The narrow lanes that snake through the crowded localities that surround the university area have traditionally housed hundreds of students studying at Jamia. But last week, when two students approached Mohammed Riaz, seeking to rent his one-room barsati in Abu Fazl Enclave which stands between Jamia and the Yamuna, the 45-year-old told them he wasn’t interested in renting at present.
“Students had always been welcome here. I have taken in at least 50 students over the best part of 25 years. For landlords, a student is generally considered a safer option as a tenant than any other single man. But after the arrests, it isn’t such an easy decision. I may just be panicking, but I can’t help myself,” Riaz said.
Beyond ‘persecution’
But Hasan warned against dismissing the Muslim hurt simply as a “persecution complex”.
“We need to realise that in our complex society, Muslims see that while the Scheduled Castes or Scheduled Tribes have received new opportunities, they have not,” he said.
The Sachar committee report on the status of minorities in India, handed to the government two years ago, showed that Muslims languish below the Other Backward Classes and even the SCs and STs on many socio-economic parameters.
Muslims across India on an average have a literacy rate of 75 per cent, below the 78 per cent for SC/STs. A Muslim child, on an average, spends fewer years in school than an SC or ST child.
India has quotas in educational institutions for SCs, STs and OBCs but not for Muslims.
Global trend
The view of the terrorist as someone grown up in deprivation, with a dysfunctional family, few friends, minimal education and a world view that can be easily moulded by zealots has undergone a change abroad too.
A study of 172 al Qaida militants in 2004 by Marc Sageman, a forensic psychiatrist and former CIA official, found that most were from middle-class or upper-class families, and were college-educated professionals.
Sageman’s book, Understanding Terrorist Networks, says engineers and doctors are the likeliest among the educated to take to militancy.
“Engineers and physicians are far more active in their everyday lives, trying to do things… than, say, lawyers. You don’t find many lawyers (among militants).”
Osama bin Laden is a civil engineering graduate, his number two Ayman al Zawahiri is a brilliant Egyptian surgeon, and 9/11 team-leader Mohamed Atta is an architectural engineering graduate. “These men functioned well in groups…. They depended on a close circle of friends who reinforced their beliefs. You could almost say that those least likely to cause harm individually are most likely to do so collectively,” Sageman wrote.
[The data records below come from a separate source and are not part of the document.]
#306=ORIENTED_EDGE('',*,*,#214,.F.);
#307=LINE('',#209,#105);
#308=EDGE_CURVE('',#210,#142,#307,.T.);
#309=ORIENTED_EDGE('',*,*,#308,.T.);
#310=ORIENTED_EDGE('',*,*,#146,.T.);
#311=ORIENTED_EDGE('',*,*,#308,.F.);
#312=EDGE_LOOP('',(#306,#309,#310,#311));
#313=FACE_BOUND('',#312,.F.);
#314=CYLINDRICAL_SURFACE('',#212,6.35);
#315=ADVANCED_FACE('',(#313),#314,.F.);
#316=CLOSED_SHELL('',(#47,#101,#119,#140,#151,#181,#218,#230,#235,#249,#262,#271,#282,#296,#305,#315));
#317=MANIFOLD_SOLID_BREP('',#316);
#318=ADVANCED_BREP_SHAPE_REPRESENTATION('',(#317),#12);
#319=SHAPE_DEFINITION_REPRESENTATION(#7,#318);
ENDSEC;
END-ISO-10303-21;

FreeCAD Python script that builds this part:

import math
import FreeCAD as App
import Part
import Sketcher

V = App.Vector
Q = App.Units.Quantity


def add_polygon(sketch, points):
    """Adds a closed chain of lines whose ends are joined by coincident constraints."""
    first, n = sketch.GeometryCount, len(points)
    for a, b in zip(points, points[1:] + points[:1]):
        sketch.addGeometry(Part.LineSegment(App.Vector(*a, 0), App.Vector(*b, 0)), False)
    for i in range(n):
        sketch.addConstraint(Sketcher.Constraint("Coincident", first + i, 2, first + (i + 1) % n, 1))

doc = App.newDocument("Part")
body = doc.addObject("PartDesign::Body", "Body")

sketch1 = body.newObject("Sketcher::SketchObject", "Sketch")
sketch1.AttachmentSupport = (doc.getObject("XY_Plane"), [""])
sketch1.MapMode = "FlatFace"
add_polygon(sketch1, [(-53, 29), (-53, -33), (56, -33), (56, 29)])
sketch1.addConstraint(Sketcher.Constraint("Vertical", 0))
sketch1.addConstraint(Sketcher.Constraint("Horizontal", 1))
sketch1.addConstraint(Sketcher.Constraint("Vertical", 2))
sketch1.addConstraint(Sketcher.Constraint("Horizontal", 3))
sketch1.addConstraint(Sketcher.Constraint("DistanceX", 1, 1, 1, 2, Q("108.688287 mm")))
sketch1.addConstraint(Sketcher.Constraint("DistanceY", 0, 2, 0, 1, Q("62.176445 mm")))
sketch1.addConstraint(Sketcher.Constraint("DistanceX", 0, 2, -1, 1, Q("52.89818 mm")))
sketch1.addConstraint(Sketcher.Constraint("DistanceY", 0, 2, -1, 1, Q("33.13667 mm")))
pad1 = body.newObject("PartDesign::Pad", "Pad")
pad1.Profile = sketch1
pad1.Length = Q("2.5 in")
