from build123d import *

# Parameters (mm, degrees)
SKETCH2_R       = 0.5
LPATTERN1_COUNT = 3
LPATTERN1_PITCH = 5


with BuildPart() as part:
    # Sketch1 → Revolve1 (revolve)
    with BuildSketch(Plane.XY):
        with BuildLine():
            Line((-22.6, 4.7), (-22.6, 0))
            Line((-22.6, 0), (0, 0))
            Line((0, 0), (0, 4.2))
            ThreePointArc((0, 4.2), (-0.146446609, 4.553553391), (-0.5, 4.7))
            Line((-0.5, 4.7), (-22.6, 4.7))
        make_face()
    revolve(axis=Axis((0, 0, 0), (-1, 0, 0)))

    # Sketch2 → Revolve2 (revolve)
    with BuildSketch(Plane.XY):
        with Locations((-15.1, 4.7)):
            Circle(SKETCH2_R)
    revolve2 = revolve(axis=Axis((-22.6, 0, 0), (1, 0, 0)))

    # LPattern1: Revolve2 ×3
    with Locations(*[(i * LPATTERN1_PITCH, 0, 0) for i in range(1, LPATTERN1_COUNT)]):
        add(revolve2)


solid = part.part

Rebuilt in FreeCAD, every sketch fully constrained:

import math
import FreeCAD as App
import Part
import Sketcher

doc = App.newDocument("Part")
body = doc.addObject("PartDesign::Body", "Body")

sketch1 = body.newObject("Sketcher::SketchObject", "Sketch")
sketch1.AttachmentSupport = (doc.getObject("XY_Plane"), [""])
sketch1.MapMode = "FlatFace"
sketch1.addGeometry(Part.LineSegment(App.Vector(-22.6, 4.7, 0), App.Vector(-22.6, 0, 0)), False)
sketch1.addGeometry(Part.LineSegment(App.Vector(-22.6, 0, 0), App.Vector(0, 0, 0)), False)
sketch1.addGeometry(Part.LineSegment(App.Vector(0, 0, 0), App.Vector(0, 4.2, 0)), False)
sketch1.addGeometry(Part.ArcOfCircle(Part.Circle(App.Vector(-0.5, 4.2, 0), App.Vector(0, 0, 1), 0.5), math.radians(0), math.radians(90)), False)
sketch1.addGeometry(Part.LineSegment(App.Vector(-0.5, 4.7, 0), App.Vector(-22.6, 4.7, 0)), False)
sketch1.addConstraint(Sketcher.Constraint("Coincident", 0, 2, 1, 1))
sketch1.addConstraint(Sketcher.Constraint("Coincident", 1, 2, 2, 1))
sketch1.addConstraint(Sketcher.Constraint("Tangent", 2, 2, 3, 1))
sketch1.addConstraint(Sketcher.Constraint("Tangent", 3, 2, 4, 1))
sketch1.addConstraint(Sketcher.Constraint("Coincident", 4, 2, 0, 1))
sketch1.addConstraint(Sketcher.Constraint("Vertical", 0))
sketch1.addConstraint(Sketcher.Constraint("Horizontal", 1))
sketch1.addConstraint(Sketcher.Constraint("Vertical", 2))
sketch1.addConstraint(Sketcher.Constraint("Horizontal", 4))
sketch1.addConstraint(Sketcher.Constraint("Coincident", 1, 2, -1, 1))
sketch1.addConstraint(Sketcher.Constraint("Radius", 3, 0.5))
sketch1.addConstraint(Sketcher.Constraint("DistanceX", 1, 1, 1, 2, 22.6))
sketch1.addConstraint(Sketcher.Constraint("DistanceY", 0, 2, 0, 1, 4.7))
revolution = body.newObject("PartDesign::Revolution", "Revolution")
revolution.Profile = sketch1
revolution.ReferenceAxis = (sketch1, ["H_Axis"])
revolution.Angle = 360

sketch2 = body.newObject("Sketcher::SketchObject", "Sketch001")
sketch2.AttachmentSupport = (doc.getObject("XY_Plane"), [""])
sketch2.MapMode = "FlatFace"
sketch2.addGeometry(Part.Circle(App.Vector(-15.1, 4.7, 0), App.Vector(0, 0, 1), 0.5), False)
sketch2.addConstraint(Sketcher.Constraint("Diameter", 0, 1.0))
sketch2.addConstraint(Sketcher.Constraint("DistanceX", 0, 3, -1, 1, 15.1))
sketch2.addConstraint(Sketcher.Constraint("DistanceY", -1, 1, 0, 3, 4.7))
revolution2 = body.newObject("PartDesign::Revolution", "Revolution001")
revolution2.Profile = sketch2
revolution2.ReferenceAxis = (sketch2, ["H_Axis"])
revolution2.Angle = 360
doc.recompute()

linearpattern = body.newObject("PartDesign::LinearPattern", "LinearPattern")
linearpattern.Originals = [revolution2]
linearpattern.Direction = (doc.getObject("X_Axis"), [""])
linearpattern.Mode = "offset"
linearpattern.Offset = 5
linearpattern.Occurrences = 3
body.Tip = linearpattern

doc.recompute()
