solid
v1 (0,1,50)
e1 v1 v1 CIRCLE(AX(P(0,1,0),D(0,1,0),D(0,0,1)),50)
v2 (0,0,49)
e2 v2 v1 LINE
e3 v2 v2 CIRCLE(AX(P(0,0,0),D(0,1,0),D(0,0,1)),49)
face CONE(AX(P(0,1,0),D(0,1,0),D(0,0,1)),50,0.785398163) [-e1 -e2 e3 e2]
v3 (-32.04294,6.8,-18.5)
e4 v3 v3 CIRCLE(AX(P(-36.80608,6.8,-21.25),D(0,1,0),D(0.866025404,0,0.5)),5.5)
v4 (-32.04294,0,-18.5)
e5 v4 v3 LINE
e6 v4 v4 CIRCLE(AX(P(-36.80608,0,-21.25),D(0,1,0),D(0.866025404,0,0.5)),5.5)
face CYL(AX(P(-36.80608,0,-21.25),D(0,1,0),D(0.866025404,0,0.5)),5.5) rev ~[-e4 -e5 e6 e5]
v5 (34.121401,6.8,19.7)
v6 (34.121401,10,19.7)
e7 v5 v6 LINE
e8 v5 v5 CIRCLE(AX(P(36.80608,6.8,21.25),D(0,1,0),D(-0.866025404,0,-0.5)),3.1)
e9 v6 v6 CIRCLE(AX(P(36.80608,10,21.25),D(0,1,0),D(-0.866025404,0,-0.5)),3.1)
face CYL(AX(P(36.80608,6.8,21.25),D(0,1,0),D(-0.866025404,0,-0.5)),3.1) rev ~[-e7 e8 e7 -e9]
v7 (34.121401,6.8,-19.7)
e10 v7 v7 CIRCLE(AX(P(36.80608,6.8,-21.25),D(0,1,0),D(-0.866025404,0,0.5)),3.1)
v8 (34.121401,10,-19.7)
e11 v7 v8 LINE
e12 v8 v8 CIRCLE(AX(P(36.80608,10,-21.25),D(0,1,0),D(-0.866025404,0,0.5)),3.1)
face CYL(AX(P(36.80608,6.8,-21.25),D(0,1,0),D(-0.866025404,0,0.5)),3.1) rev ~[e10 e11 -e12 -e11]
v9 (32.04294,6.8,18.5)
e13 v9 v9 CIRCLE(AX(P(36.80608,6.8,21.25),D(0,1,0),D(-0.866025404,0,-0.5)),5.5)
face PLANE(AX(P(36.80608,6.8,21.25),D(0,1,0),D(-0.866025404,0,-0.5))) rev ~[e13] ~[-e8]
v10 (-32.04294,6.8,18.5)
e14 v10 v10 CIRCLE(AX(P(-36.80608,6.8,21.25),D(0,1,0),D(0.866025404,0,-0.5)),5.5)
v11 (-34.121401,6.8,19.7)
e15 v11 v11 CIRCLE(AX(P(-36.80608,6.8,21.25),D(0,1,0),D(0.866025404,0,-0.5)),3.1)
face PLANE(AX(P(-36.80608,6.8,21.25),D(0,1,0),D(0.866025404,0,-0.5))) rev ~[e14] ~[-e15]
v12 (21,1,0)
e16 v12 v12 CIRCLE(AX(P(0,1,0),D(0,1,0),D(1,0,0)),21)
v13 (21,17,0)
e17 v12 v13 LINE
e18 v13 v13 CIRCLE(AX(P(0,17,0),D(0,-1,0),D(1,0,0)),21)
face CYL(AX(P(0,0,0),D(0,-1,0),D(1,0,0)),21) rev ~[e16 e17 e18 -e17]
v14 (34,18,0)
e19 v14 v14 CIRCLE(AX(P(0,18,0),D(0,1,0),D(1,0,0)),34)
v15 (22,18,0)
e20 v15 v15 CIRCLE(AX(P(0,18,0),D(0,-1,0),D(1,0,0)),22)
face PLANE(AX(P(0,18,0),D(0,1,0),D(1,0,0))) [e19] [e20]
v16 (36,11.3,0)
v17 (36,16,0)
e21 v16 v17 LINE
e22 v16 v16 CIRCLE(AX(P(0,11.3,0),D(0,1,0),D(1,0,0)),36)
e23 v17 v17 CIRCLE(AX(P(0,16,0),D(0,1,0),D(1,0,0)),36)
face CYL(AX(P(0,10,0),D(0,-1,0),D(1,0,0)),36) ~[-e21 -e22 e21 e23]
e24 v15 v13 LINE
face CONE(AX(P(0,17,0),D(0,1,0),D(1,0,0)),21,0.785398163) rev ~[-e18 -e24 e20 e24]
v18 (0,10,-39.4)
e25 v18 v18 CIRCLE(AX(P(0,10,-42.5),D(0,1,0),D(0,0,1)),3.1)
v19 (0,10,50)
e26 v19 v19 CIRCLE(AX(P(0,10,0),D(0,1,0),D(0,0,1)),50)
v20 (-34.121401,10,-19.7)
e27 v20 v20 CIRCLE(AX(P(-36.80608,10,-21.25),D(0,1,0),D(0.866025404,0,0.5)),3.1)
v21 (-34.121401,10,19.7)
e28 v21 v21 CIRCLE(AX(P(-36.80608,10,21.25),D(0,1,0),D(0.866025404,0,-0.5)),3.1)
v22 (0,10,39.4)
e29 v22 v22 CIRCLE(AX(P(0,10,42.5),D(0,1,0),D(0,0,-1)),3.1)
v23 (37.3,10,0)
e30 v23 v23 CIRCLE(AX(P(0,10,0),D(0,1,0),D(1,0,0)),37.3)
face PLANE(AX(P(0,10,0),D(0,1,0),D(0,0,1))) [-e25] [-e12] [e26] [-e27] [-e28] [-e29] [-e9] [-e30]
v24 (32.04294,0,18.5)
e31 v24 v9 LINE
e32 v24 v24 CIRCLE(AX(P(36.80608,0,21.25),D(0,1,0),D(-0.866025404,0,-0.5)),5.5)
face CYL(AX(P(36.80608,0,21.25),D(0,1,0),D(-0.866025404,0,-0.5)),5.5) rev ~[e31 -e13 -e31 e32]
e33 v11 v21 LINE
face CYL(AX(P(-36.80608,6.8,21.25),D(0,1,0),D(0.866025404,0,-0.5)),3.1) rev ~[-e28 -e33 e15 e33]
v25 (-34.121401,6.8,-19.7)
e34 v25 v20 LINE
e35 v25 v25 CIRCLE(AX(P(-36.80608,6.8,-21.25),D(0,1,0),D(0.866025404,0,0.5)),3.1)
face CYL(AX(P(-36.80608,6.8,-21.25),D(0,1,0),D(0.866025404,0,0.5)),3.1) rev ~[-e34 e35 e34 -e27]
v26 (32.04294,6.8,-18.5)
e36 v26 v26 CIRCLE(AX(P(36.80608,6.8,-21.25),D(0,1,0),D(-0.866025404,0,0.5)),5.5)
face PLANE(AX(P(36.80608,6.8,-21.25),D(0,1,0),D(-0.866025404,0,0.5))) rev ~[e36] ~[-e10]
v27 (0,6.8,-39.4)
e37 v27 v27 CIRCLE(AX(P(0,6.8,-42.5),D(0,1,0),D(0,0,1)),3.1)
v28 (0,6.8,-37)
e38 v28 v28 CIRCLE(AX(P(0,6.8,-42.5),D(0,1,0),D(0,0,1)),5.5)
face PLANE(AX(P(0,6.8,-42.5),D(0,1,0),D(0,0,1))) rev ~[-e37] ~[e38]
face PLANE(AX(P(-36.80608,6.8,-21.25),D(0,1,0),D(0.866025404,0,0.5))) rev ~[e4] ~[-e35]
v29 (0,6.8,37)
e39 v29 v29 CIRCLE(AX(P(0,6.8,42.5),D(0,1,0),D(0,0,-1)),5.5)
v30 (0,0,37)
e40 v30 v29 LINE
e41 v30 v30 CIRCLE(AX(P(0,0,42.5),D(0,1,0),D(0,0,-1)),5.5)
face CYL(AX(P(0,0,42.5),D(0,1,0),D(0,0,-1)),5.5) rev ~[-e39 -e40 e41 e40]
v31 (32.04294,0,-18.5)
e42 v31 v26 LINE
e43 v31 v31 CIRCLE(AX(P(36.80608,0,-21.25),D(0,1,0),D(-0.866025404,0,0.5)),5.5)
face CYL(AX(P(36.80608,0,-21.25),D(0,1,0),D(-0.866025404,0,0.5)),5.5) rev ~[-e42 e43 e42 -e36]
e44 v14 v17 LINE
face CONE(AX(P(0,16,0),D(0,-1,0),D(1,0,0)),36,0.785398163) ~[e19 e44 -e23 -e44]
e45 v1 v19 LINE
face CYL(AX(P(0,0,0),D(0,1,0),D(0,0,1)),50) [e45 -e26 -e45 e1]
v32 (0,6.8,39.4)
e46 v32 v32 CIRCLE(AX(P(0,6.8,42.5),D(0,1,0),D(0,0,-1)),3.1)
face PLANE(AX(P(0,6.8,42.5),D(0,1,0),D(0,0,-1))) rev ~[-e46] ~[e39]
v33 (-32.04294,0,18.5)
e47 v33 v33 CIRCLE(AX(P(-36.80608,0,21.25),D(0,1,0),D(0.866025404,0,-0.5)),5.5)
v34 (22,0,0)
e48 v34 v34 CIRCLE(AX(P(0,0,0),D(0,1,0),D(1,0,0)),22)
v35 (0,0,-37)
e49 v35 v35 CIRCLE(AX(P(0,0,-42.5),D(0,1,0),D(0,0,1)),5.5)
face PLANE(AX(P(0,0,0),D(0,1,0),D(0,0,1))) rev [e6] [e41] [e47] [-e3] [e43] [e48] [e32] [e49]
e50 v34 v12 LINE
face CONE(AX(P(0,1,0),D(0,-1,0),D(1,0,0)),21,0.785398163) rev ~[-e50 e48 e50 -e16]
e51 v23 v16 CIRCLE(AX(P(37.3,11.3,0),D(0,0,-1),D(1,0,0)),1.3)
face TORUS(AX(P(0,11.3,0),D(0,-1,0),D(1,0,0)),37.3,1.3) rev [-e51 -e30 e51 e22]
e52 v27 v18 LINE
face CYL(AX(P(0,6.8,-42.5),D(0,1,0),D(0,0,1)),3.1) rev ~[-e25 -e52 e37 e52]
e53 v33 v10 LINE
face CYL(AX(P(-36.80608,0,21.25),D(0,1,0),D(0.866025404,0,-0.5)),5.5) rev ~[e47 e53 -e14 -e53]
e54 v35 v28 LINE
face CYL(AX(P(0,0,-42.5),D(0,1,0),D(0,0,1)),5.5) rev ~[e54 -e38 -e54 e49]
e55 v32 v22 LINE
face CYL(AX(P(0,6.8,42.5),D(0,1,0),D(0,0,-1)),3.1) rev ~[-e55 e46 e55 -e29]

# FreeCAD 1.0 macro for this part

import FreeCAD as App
import Part
import Sketcher

V = App.Vector
Q = App.Units.Quantity


def edges_at(feature, points):
    """Names of the edges that pass closest to the given points."""
    edges = feature.Shape.Edges
    near = lambda p: min(range(len(edges)), key=lambda i: edges[i].distToShape(Part.Vertex(*p))[0])
    return sorted({f"Edge{near(p) + 1}" for p in points})

doc = App.newDocument("Part")
body = doc.addObject("PartDesign::Body", "Body")

sketch1 = body.newObject("Sketcher::SketchObject", "Sketch")
sketch1.AttachmentSupport = (doc.getObject("XY_Plane"), [""])
sketch1.MapMode = "FlatFace"
sketch1.addGeometry([
    Part.LineSegment(V(16, 5, 0), V(0, 5, 0)),
    Part.LineSegment(V(0, 5, 0), V(0, 0, 0)),
    Part.LineSegment(V(0, 0, 0), V(36, 0, 0)),
    Part.LineSegment(V(36, 0, 0), V(36, 10, 0)),
    Part.LineSegment(V(36, 10, 0), V(16, 10, 0)),
    Part.LineSegment(V(16, 10, 0), V(16, 5, 0)),
], False)
sketch1.addConstraint([
    Sketcher.Constraint("Coincident", 0, 2, 1, 1),
    Sketcher.Constraint("Coincident", 1, 2, 2, 1),
    Sketcher.Constraint("Coincident", 2, 2, 3, 1),
    Sketcher.Constraint("Coincident", 3, 2, 4, 1),
    Sketcher.Constraint("Coincident", 4, 2, 5, 1),
    Sketcher.Constraint("Coincident", 5, 2, 0, 1),
    Sketcher.Constraint("Horizontal", 0),
    Sketcher.Constraint("Vertical", 1),
    Sketcher.Constraint("Horizontal", 2),
    Sketcher.Constraint("Vertical", 3),
    Sketcher.Constraint("Horizontal", 4),
    Sketcher.Constraint("Vertical", 5),
    Sketcher.Constraint("Coincident", 1, 2, -1, 1),
    Sketcher.Constraint("Equal", 1, 5),
    Sketcher.Constraint("DistanceX", 2, 1, 2, 2, Q("36 mm")),
    Sketcher.Constraint("DistanceX", 4, 2, 4, 1, Q("20 mm")),
    Sketcher.Constraint("DistanceY", 1, 2, 1, 1, Q("5 mm")),
])
revolution = body.newObject("PartDesign::Revolution", "Revolution")
revolution.Profile = sketch1
revolution.ReferenceAxis = (sketch1, ["V_Axis"])
revolution.Angle = 360

sketch2 = body.newObject("Sketcher::SketchObject", "Sketch001")
sketch2.AttachmentSupport = (doc.getObject("YZ_Plane"), [""])
sketch2.MapMode = "FlatFace"
sketch2.addGeometry([
    Part.LineSegment(V(0, 0, 0), V(10, 0, 0)),
    Part.LineSegment(V(10, 0, 0), V(10, 50, 0)),
    Part.LineSegment(V(10, 50, 0), V(0, 50, 0)),
    Part.LineSegment(V(0, 50, 0), V(0, 0, 0)),
], False)
sketch2.addConstraint([
    Sketcher.Constraint("Coincident", 0, 2, 1, 1),
    Sketcher.Constraint("Coincident", 1, 2, 2, 1),
    Sketcher.Constraint("Coincident", 2, 2, 3, 1),
    Sketcher.Constraint("Coincident", 3, 2, 0, 1),
    Sketcher.Constraint("Horizontal", 0),
    Sketcher.Constraint("Vertical", 1),
    Sketcher.Constraint("Horizontal", 2),
    Sketcher.Constraint("Vertical", 3),
    Sketcher.Constraint("Coincident", 3, 2, -1, 1),
    Sketcher.Constraint("DistanceX", 0, 1, 0, 2, Q("10 mm")),
    Sketcher.Constraint("DistanceY", 1, 1, 1, 2, Q("50 mm")),
])
revolution2 = body.newObject("PartDesign::Revolution", "Revolution001")
revolution2.Profile = sketch2
revolution2.ReferenceAxis = (sketch2, ["H_Axis"])
revolution2.Angle = 360
doc.recompute()

chamfer = body.newObject("PartDesign::Chamfer", "Chamfer")
chamfer.Base = (revolution2, edges_at(revolution2, [(0, 0, -50)]))
chamfer.Size = 1

sketch3 = body.newObject("Sketcher::SketchObject", "Sketch002")
sketch3.AttachmentSupport = (doc.getObject("XZ_Plane"), [""])
sketch3.MapMode = "FlatFace"
sketch3.addGeometry(Part.Circle(V(0, 42.5, 0), V(0, 0, 1), 3.1), False)
sketch3.addConstraint([
    Sketcher.Constraint("PointOnObject", 0, 3, -2),
    Sketcher.Constraint("Diameter", 0, Q("6.2 mm")),
    Sketcher.Constraint("DistanceY", -1, 1, 0, 3, Q("42.5 mm")),
])
doc.recompute()
hole = body.newObject("PartDesign::Hole", "Hole")
hole.Profile = sketch3
hole.ThreadType = "None"
hole.Diameter = 6.2
hole.DepthType = "Dimension"
hole.Depth = 15
hole.DrillPoint = "Angled"
hole.DrillPointAngle = 118
hole.HoleCutType = "Counterbore"
hole.HoleCutDiameter = 11
hole.HoleCutDepth = 6.8
doc.recompute()

polarpattern = body.newObject("PartDesign::PolarPattern", "PolarPattern")
polarpattern.Originals = [hole]
polarpattern.Axis = (doc.getObject("Y_Axis"), [""])
polarpattern.Angle = 360
polarpattern.Occurrences = 6
body.Tip = polarpattern

sketch4 = body.newObject("Sketcher::SketchObject", "Sketch003")
sketch4.AttachmentSupport = (doc.getObject("XZ_Plane"), [""])
sketch4.MapMode = "FlatFace"
sketch4.AttachmentOffset = App.Placement(V(0, 0, -10), App.Rotation())
sketch4.addGeometry([
    Part.Circle(V(0, 0, 0), V(0, 0, 1), 36),
    Part.Circle(V(0, 0, 0), V(0, 0, 1), 16),
], False)
sketch4.addConstraint([
    Sketcher.Constraint("Coincident", 0, 3, -1, 1),
    Sketcher.Constraint("Coincident", 1, 3, -1, 1),
    Sketcher.Constraint("Diameter", 0, Q("72 mm")),
    Sketcher.Constraint("Diameter", 1, Q("32 mm")),
])
pad1 = body.newObject("PartDesign::Pad", "Pad")
pad1.Profile = sketch4
pad1.Length = 8
pad1.Reversed = True
doc.recompute()

fillet = body.newObject("PartDesign::Fillet", "Fillet")
fillet.Base = (pad1, edges_at(pad1, [(-36, 10, 0)]))
fillet.Radius = 1.3

sketch5 = body.newObject("Sketcher::SketchObject", "Sketch004")
sketch5.AttachmentSupport = (doc.getObject("XZ_Plane"), [""])
sketch5.MapMode = "FlatFace"
sketch5.addGeometry(Part.Circle(V(0, 0, 0), V(0, 0, 1), 21), False)
sketch5.addConstraint([
    Sketcher.Constraint("Coincident", 0, 3, -1, 1),
    Sketcher.Constraint("Diameter", 0, Q("42 mm")),
])
pocket1 = body.newObject("PartDesign::Pocket", "Pocket")
pocket1.Profile = sketch5
pocket1.Length = 50
doc.recompute()

chamfer2 = body.newObject("PartDesign::Chamfer", "Chamfer001")
chamfer2.Base = (pocket1, edges_at(pocket1, [(-21, 0, 0), (-21, 18, 0)]))
chamfer2.Size = 1
doc.recompute()

chamfer3 = body.newObject("PartDesign::Chamfer", "Chamfer002")
chamfer3.Base = (chamfer2, edges_at(chamfer2, [(-36, 18, 0)]))
chamfer3.Size = 2

doc.recompute()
Mujtaba Farooq, vice-president of the Jamaat-e-Islami Hind, cautioned against “prematurely” drawing any conclusion that educated Muslims were turning to terrorism.
“We must remember that many of the educated, so-called terrorists who have been arrested were eventually declared innocent. Drawing quick conclusions will only make it harder for educated Muslims to get jobs, and for young Muslims to gain admission to college,” Farooq said.
The Bangalore-educated doctor, Mohammed Haneef, was held in custody for weeks in Australia last year on terror charges before being eventually deemed innocent and released.
Delhi University teacher S.A.R. Geelani too was acquitted by Delhi High Court after being accused of helping plot the December 2001 attack on Parliament.